# Stunted Kid Growth



## springkids (Sep 12, 2013)

Hello everyone! I am new to the site as a user but I read your forums sometimes when I have questions. And I have a question. We have raised goats on our farm for 6 years. We have mostly mixes of Boer and Nubian. 

This year was an extremely wet year for us and on top of that we noticed out wormers not helping. Turns out our worms had become resistant. So after checking in with the vet and starting a vigorous worming schedule with all new meds everyone looks and feels great. The problem is by the time we realized we had a problem with our wormer. We had a BIG problem and our kid goats were stunted. So we have accepted the fact that they will not meet their potential this fall. 

My question is we had 4 painted doelings we were hoping to keep for our farm. Right now they weigh only 40-45 lbs roughly and they are roughly 6 months old. I am just curious with the right diet if they would "catch up" so to speak and be a good breeding size for next fall?? Or should I cut my losses and sell them with the rest of kids?? 

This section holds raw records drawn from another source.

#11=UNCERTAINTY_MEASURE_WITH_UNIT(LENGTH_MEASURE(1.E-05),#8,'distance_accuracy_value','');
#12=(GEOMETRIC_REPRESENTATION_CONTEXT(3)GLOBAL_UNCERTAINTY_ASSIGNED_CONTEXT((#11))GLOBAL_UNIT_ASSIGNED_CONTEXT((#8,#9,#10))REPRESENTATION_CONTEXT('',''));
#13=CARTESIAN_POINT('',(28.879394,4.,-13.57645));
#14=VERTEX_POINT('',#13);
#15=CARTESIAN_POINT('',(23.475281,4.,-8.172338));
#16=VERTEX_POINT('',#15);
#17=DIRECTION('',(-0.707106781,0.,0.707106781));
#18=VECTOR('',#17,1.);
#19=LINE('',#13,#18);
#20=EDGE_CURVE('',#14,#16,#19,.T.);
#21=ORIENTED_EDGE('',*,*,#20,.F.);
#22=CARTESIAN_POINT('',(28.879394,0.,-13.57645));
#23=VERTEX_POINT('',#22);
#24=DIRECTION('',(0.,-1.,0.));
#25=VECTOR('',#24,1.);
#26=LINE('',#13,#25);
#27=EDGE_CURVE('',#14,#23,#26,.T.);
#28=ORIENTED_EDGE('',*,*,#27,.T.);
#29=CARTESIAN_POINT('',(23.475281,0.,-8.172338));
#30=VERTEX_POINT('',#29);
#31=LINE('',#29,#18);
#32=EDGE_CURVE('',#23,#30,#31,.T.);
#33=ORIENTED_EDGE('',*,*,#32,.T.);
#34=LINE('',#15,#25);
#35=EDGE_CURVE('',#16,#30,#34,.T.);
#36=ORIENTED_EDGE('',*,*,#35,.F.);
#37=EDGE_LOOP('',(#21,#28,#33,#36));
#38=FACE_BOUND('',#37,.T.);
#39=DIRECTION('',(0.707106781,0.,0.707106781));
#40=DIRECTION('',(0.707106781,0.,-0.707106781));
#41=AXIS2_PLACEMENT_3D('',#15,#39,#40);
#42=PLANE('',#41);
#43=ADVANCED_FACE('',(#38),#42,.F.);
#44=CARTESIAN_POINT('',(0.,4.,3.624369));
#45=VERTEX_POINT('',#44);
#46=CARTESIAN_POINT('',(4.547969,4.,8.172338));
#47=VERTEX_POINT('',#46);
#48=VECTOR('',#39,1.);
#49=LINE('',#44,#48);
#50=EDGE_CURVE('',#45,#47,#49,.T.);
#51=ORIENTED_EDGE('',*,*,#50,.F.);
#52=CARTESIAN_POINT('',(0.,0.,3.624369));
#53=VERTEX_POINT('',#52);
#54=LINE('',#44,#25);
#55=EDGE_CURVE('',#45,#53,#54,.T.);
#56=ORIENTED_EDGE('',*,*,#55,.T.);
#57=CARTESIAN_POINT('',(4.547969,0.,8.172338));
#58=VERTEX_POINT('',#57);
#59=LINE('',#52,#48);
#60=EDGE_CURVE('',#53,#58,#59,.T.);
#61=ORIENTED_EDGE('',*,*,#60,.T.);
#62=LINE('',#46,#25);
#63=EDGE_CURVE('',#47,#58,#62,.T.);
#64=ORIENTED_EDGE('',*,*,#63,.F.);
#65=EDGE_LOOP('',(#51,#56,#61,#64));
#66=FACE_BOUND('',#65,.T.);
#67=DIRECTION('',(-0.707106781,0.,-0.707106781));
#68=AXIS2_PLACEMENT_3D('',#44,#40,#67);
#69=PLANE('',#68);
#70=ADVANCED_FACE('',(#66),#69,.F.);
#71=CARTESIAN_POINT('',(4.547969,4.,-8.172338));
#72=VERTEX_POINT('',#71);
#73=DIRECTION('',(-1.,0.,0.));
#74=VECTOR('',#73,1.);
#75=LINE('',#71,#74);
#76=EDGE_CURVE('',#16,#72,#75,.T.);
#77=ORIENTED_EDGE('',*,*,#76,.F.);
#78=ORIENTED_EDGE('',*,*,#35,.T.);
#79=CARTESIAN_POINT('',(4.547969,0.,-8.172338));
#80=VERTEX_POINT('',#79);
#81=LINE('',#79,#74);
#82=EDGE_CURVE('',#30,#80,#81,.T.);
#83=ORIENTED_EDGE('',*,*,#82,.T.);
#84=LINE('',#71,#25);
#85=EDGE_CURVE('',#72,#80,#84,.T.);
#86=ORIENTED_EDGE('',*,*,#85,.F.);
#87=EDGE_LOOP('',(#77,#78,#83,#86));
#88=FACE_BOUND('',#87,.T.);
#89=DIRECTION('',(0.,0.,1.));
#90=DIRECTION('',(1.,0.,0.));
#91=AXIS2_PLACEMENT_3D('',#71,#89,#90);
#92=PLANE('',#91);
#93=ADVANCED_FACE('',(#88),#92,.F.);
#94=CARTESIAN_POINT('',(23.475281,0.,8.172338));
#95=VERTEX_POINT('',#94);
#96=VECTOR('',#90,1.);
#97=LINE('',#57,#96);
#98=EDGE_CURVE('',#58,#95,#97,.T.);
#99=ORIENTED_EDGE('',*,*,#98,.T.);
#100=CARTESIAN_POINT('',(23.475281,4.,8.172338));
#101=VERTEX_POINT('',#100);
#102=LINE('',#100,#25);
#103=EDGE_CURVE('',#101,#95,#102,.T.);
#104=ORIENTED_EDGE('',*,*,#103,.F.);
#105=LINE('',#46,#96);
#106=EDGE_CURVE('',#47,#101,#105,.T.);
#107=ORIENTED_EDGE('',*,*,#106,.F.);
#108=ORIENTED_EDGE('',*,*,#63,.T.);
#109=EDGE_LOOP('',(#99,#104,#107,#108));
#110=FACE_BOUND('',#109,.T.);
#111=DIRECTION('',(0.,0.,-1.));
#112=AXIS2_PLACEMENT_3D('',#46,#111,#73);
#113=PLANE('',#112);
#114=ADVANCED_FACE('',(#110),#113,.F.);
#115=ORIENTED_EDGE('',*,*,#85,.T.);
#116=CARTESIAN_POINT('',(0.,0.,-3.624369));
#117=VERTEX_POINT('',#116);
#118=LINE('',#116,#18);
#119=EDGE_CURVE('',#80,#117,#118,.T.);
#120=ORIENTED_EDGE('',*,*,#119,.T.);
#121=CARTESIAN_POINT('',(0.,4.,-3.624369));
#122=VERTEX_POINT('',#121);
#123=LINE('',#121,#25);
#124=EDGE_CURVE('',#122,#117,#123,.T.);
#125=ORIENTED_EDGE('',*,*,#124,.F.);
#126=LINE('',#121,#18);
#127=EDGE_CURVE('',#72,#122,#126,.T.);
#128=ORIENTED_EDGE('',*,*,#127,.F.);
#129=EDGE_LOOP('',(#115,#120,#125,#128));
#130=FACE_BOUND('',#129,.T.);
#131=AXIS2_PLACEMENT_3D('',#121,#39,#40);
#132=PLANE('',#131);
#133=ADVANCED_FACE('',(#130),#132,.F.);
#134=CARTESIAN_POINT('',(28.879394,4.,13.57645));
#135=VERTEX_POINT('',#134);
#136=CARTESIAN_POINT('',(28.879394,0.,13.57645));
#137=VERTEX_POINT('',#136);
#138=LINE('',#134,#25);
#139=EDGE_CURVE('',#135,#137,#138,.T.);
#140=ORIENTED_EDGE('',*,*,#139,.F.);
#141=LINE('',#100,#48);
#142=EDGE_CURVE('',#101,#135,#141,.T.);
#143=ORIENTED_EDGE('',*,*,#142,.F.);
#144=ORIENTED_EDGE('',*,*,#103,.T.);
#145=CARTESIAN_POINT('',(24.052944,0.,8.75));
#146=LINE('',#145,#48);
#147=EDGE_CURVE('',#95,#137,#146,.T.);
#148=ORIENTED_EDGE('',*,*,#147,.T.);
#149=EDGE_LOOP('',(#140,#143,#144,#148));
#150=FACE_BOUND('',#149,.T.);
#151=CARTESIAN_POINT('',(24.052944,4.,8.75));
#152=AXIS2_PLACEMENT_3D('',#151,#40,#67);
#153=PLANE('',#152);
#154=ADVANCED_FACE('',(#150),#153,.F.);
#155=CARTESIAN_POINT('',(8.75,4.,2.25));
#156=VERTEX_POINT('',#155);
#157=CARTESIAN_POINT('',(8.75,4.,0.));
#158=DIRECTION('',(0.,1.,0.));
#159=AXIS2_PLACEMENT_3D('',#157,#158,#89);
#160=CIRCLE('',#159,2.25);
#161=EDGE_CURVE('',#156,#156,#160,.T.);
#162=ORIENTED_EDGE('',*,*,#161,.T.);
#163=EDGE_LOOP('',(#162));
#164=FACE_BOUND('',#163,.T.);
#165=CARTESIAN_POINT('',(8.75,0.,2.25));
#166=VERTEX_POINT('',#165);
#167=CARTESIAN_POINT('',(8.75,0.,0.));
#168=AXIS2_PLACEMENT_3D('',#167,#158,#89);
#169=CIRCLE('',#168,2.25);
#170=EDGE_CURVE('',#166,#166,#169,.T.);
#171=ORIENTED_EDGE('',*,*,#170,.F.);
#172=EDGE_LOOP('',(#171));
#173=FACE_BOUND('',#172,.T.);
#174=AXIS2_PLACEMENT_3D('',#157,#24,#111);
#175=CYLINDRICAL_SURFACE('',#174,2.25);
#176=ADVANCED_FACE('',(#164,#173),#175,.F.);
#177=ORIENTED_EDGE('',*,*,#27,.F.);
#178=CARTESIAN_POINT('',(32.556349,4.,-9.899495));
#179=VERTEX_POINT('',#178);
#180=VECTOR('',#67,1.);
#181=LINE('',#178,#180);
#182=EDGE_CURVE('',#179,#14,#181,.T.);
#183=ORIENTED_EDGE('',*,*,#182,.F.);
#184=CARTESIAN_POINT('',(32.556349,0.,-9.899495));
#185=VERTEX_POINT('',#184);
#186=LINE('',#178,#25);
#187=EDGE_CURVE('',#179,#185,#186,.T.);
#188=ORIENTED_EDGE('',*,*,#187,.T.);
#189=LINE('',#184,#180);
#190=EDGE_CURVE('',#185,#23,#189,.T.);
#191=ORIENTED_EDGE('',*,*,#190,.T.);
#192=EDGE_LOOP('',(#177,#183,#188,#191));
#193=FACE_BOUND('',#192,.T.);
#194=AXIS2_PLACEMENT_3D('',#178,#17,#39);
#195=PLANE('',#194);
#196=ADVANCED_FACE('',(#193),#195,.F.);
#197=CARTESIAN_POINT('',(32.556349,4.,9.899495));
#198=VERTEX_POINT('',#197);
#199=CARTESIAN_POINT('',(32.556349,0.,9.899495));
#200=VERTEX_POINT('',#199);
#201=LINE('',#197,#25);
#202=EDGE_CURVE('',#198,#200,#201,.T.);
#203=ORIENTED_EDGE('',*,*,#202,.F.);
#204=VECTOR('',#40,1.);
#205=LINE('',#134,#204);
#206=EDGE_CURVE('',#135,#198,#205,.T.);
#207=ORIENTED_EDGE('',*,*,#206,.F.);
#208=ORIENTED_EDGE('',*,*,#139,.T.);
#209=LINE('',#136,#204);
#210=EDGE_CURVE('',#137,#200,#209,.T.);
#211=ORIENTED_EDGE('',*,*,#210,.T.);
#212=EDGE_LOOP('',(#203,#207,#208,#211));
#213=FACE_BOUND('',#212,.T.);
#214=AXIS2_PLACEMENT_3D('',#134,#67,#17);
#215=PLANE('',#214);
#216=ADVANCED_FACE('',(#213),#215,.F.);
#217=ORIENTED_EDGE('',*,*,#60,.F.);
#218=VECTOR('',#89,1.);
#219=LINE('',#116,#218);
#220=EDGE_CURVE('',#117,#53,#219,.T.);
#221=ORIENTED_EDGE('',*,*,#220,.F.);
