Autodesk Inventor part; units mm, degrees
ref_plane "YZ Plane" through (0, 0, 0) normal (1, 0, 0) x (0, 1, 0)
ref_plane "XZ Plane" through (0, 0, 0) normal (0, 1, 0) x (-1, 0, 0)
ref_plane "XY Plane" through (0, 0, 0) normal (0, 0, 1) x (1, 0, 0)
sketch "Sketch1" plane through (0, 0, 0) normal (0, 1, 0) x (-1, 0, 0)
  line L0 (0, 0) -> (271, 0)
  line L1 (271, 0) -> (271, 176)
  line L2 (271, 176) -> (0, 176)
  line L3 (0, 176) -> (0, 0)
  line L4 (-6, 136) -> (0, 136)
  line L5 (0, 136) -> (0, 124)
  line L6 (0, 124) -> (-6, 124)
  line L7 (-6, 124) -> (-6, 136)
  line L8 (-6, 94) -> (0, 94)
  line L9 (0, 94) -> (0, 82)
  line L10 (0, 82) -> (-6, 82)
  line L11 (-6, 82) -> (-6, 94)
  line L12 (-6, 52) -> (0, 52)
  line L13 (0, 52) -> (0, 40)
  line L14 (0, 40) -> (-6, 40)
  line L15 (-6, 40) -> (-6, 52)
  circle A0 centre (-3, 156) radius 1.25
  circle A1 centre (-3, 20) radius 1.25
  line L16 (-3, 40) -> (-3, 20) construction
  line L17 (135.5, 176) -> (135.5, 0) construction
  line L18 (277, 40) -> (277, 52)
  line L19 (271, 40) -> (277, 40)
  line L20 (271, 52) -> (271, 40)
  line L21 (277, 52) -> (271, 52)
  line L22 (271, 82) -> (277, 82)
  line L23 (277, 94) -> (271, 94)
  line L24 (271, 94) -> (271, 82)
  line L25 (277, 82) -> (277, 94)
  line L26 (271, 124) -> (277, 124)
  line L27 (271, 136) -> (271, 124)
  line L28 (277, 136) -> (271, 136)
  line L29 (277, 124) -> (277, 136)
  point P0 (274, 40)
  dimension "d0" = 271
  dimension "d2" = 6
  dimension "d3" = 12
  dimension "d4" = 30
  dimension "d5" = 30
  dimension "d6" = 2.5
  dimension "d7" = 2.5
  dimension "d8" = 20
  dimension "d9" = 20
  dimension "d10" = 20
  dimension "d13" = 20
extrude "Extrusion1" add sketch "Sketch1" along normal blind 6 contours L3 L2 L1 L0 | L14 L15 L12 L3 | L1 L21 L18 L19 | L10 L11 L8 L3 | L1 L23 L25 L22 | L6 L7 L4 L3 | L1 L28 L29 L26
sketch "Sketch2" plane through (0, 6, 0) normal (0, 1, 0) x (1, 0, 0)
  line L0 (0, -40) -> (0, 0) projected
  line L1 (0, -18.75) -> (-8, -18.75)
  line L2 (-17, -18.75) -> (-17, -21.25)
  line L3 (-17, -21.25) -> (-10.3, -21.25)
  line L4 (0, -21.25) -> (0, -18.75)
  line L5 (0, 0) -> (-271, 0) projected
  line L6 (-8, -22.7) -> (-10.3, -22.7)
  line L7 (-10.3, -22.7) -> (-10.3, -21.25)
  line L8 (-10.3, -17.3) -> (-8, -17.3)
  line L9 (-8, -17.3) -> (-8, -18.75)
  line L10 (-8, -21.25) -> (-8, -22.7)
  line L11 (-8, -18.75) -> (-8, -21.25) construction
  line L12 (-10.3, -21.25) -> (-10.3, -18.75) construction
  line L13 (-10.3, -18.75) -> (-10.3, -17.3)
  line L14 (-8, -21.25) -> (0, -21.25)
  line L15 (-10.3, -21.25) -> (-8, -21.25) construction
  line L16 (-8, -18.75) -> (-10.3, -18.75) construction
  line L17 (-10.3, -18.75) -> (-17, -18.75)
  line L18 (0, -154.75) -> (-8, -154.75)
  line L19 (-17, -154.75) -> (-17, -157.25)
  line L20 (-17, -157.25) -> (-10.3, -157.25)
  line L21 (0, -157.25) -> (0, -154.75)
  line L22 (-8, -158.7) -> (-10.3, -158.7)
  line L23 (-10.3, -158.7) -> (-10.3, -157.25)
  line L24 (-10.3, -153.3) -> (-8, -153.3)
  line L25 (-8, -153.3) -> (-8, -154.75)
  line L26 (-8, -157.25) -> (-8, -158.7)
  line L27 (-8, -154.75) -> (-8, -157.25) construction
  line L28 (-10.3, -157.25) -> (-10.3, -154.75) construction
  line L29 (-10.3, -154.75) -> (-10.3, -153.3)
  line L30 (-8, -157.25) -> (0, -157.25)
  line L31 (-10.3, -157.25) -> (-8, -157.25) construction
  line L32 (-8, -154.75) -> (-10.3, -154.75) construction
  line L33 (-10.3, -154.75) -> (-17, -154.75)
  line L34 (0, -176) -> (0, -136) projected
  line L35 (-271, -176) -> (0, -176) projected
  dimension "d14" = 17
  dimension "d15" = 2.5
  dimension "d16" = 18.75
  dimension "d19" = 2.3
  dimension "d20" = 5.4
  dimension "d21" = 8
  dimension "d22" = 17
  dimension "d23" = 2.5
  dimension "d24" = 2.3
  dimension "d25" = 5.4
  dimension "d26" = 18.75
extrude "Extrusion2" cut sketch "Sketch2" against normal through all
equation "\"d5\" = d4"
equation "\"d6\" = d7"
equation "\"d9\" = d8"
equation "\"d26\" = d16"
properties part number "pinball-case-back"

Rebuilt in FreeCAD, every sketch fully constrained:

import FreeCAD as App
import Part
import Sketcher

V = App.Vector


def add_polygon(sketch, points):
    """Adds a closed chain of lines whose ends are joined by coincident constraints."""
    first, n = sketch.GeometryCount, len(points)
    for a, b in zip(points, points[1:] + points[:1]):
        sketch.addGeometry(Part.LineSegment(App.Vector(*a, 0), App.Vector(*b, 0)), False)
    for i in range(n):
        sketch.addConstraint(Sketcher.Constraint("Coincident", first + i, 2, first + (i + 1) % n, 1))

doc = App.newDocument("Part")
body = doc.addObject("PartDesign::Body", "Body")

sketch1 = body.newObject("Sketcher::SketchObject", "Sketch")
sketch1.AttachmentSupport = (doc.getObject("XZ_Plane"), [""])
sketch1.MapMode = "FlatFace"
add_polygon(sketch1, [(0, 40), (0, 0), (-271, 0), (-271, 40), (-277, 40), (-277, 52), (-271, 52), (-271, 82), (-277, 82), (-277, 94), (-271, 94), (-271, 124), (-277, 124), (-277, 136), (-271, 136), (-271, 176), (0, 176), (0, 136), (6, 136), (6, 124), (0, 124), (0, 94), (6, 94), (6, 82), (0, 82), (0, 52), (6, 52), (6, 40)])
sketch1.addConstraint([
    Sketcher.Constraint("Vertical", 0),
    Sketcher.Constraint("Horizontal", 1),
    Sketcher.Constraint("Vertical", 2),
    Sketcher.Constraint("Horizontal", 3),
    Sketcher.Constraint("Vertical", 4),
    Sketcher.Constraint("Horizontal", 5),
    Sketcher.Constraint("Vertical", 6),
    Sketcher.Constraint("Horizontal", 7),
    Sketcher.Constraint("Vertical", 8),
    Sketcher.Constraint("Horizontal", 9),
    Sketcher.Constraint("Vertical", 10),
    Sketcher.Constraint("Horizontal", 11),
    Sketcher.Constraint("Vertical", 12),
    Sketcher.Constraint("Horizontal", 13),
    Sketcher.Constraint("Vertical", 14),
    Sketcher.Constraint("Horizontal", 15),
    Sketcher.Constraint("Vertical", 16),
    Sketcher.Constraint("Horizontal", 17),
    Sketcher.Constraint("Vertical", 18),
    Sketcher.Constraint("Horizontal", 19),
    Sketcher.Constraint("Vertical", 20),
    Sketcher.Constraint("Horizontal", 21),
    Sketcher.Constraint("Vertical", 22),
    Sketcher.Constraint("Horizontal", 23),
    Sketcher.Constraint("Vertical", 24),
    Sketcher.Constraint("Horizontal", 25),
    Sketcher.Constraint("Vertical", 26),
    Sketcher.Constraint("Horizontal", 27),
    Sketcher.Constraint("Coincident", 0, 2, -1, 1),
    Sketcher.Constraint("PointOnObject", 15, 2, -2),
    Sketcher.Constraint("PointOnObject", 19, 2, -2),
    Sketcher.Constraint("PointOnObject", 23, 2, -2),
    Sketcher.Constraint("Horizontal", 13, 2, 16, 2),
    Sketcher.Constraint("Horizontal", 11, 2, 18, 2),
    Sketcher.Constraint("Horizontal", 9, 2, 20, 2),
    Sketcher.Constraint("Horizontal", 7, 2, 22, 2),
    Sketcher.Constraint("Horizontal", 5, 2, 24, 2),
    Sketcher.Constraint("Horizontal", 3, 2, 26, 2),
    Sketcher.Constraint("Vertical", 2, 2, 5, 2),
    Sketcher.Constraint("Vertical", 4, 2, 7, 2),
    Sketcher.Constraint("Vertical", 6, 2, 9, 2),
    Sketcher.Constraint("Vertical", 8, 2, 11, 2),
    Sketcher.Constraint("Vertical", 10, 2, 13, 2),
    Sketcher.Constraint("Vertical", 18, 2, 21, 2),
    Sketcher.Constraint("Vertical", 22, 2, 25, 2),
    Sketcher.Constraint("Equal", 13, 17),
    Sketcher.Constraint("Equal", 4, 8),
    Sketcher.Constraint("Equal", 6, 10),
    Sketcher.Constraint("Equal", 8, 12),
    Sketcher.Constraint("Equal", 2, 14),
    Sketcher.Constraint("DistanceX", 1, 2, 1, 1, 271.0),
    Sketcher.Constraint("DistanceX", 3, 2, 3, 1, 6.0),
    Sketcher.Constraint("DistanceY", 4, 1, 4, 2, 12.0),
    Sketcher.Constraint("DistanceY", 6, 1, 6, 2, 30.0),
    Sketcher.Constraint("DistanceY", 0, 2, 0, 1, 40.0),
])
pad1 = body.newObject("PartDesign::Pad", "Pad")
pad1.Profile = sketch1
pad1.Length = 6
pad1.Reversed = True

sketch2 = body.newObject("Sketcher::SketchObject", "Sketch001")
sketch2.AttachmentSupport = (doc.getObject("XZ_Plane"), [""])
sketch2.MapMode = "FlatFace"
sketch2.AttachmentOffset = App.Placement(V(0, 0, -6), App.Rotation())
add_polygon(sketch2, [(-8, 21.25), (0, 21.25), (0, 18.75), (-8, 18.75), (-8, 17.3), (-10.3, 17.3), (-10.3, 18.75), (-17, 18.75), (-17, 21.25), (-10.3, 21.25), (-10.3, 22.7), (-8, 22.7)])
add_polygon(sketch2, [(0, 157.25), (0, 154.75), (-8, 154.75), (-8, 153.3), (-10.3, 153.3), (-10.3, 154.75), (-17, 154.75), (-17, 157.25), (-10.3, 157.25), (-10.3, 158.7), (-8, 158.7), (-8, 157.25)])
sketch2.addConstraint([
    Sketcher.Constraint("Horizontal", 0),
    Sketcher.Constraint("Vertical", 1),
    Sketcher.Constraint("Horizontal", 2),
    Sketcher.Constraint("Vertical", 3),
    Sketcher.Constraint("Horizontal", 4),
    Sketcher.Constraint("Vertical", 5),
    Sketcher.Constraint("Horizontal", 6),
    Sketcher.Constraint("Vertical", 7),
    Sketcher.Constraint("Horizontal", 8),
    Sketcher.Constraint("Vertical", 9),
    Sketcher.Constraint("Horizontal", 10),
    Sketcher.Constraint("Vertical", 11),
    Sketcher.Constraint("Vertical", 12),
    Sketcher.Constraint("Horizontal", 13),
    Sketcher.Constraint("Vertical", 14),
    Sketcher.Constraint("Horizontal", 15),
    Sketcher.Constraint("Vertical", 16),
    Sketcher.Constraint("Horizontal", 17),
    Sketcher.Constraint("Vertical", 18),
    Sketcher.Constraint("Horizontal", 19),
    Sketcher.Constraint("Vertical", 20),
    Sketcher.Constraint("Horizontal", 21),
    Sketcher.Constraint("Vertical", 22),
    Sketcher.Constraint("Horizontal", 23),
    Sketcher.Constraint("PointOnObject", 0, 2, -2),
    Sketcher.Constraint("PointOnObject", 12, 2, -2),
    Sketcher.Constraint("Horizontal", 2, 2, 5, 2),
    Sketcher.Constraint("Horizontal", 0, 2, 7, 2),
    Sketcher.Constraint("Horizontal", 13, 2, 16, 2),
    Sketcher.Constraint("Horizontal", 19, 2, 22, 2),
    Sketcher.Constraint("Vertical", 5, 2, 8, 2),
    Sketcher.Constraint("Vertical", 3, 2, 10, 2),
    Sketcher.Constraint("Vertical", 11, 2, 13, 2),
    Sketcher.Constraint("Vertical", 9, 2, 15, 2),
    Sketcher.Constraint("Vertical", 7, 2, 17, 2),
    Sketcher.Constraint("Vertical", 16, 2, 19, 2),
    Sketcher.Constraint("Vertical", 14, 2, 21, 2),
    Sketcher.Constraint("Equal", 5, 9),
    Sketcher.Constraint("Equal", 7, 12),
    Sketcher.Constraint("Equal", 11, 14),
    Sketcher.Constraint("Equal", 16, 20),
    Sketcher.Constraint("DistanceX", 0, 1, 0, 2, 8.0),
    Sketcher.Constraint("DistanceX", 4, 2, 4, 1, 2.3),
    Sketcher.Constraint("DistanceY", 1, 2, 1, 1, 2.5),
    Sketcher.Constraint("DistanceX", 6, 2, -1, 1, 17.0),
    Sketcher.Constraint("DistanceY", 4, 2, 9, 2, 5.4),
    Sketcher.Constraint("DistanceY", -1, 1, 1, 2, 18.75),
    Sketcher.Constraint("DistanceY", -1, 1, 14, 2, 153.3),
])
pocket1 = body.newObject("PartDesign::Pocket", "Pocket")
pocket1.Profile = sketch2
pocket1.Type = "ThroughAll"
pocket1.Reversed = True

doc.recompute()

Thanks in advance for any input and God Bless!!


----------



## happybleats (Sep 12, 2010)

welcome to the forum  
Some goats will catch up nicely in time, usually by the time they are 2. A good feeding program could help...However if there is intestinal damage from the worms they coud be unthrifty. When you look at the does..are they just small compared to their peers or look "unkept" depsite your good care? ..thinner than peers, more bones showing, coarser coat? prone to illness? basically unthrifty? I ask this because of an experiance we had and learned from..

we got a doe, a nubian, who we were told had battled worms when young...she was so thin at almost 2 years old..I was not impressed with her care and thought I could bring her to health and she was basically a freebe with her sister..however, we never were able to put and extra ounce on her bones...The worms caused so much intestinal damage that made it hard to absorb nutrients...she was always going to be chronically thin..and was unthrifty..(got ill easy)

this was my expreiance and it doesnt mean your does will be unthrifty..only its something to look into inmaking your decision in retaining them
each doe will need to be assest on her own merrit..one could fair better than the other..You might choose to hold on to them and allow them to prove themselves 
I wish you all the best!!


----------



## springkids (Sep 12, 2013)

Thanks for the reply and the welcome.

Everybody looks great. Since we started our new worming routine everyone started growing again. It just seems to be very slowly. Nothing is thinly and everyone has a nice slick coat. The worm infestation stunted ALL my kid goats. So all the babies are about the same size. We have never had a problem like this before. They having been eating grain for awhile. (We always feed our goats grain everyday). The best way to describe it is they look like beautiful, healthy 3 month old kids instead of 6 month old kids.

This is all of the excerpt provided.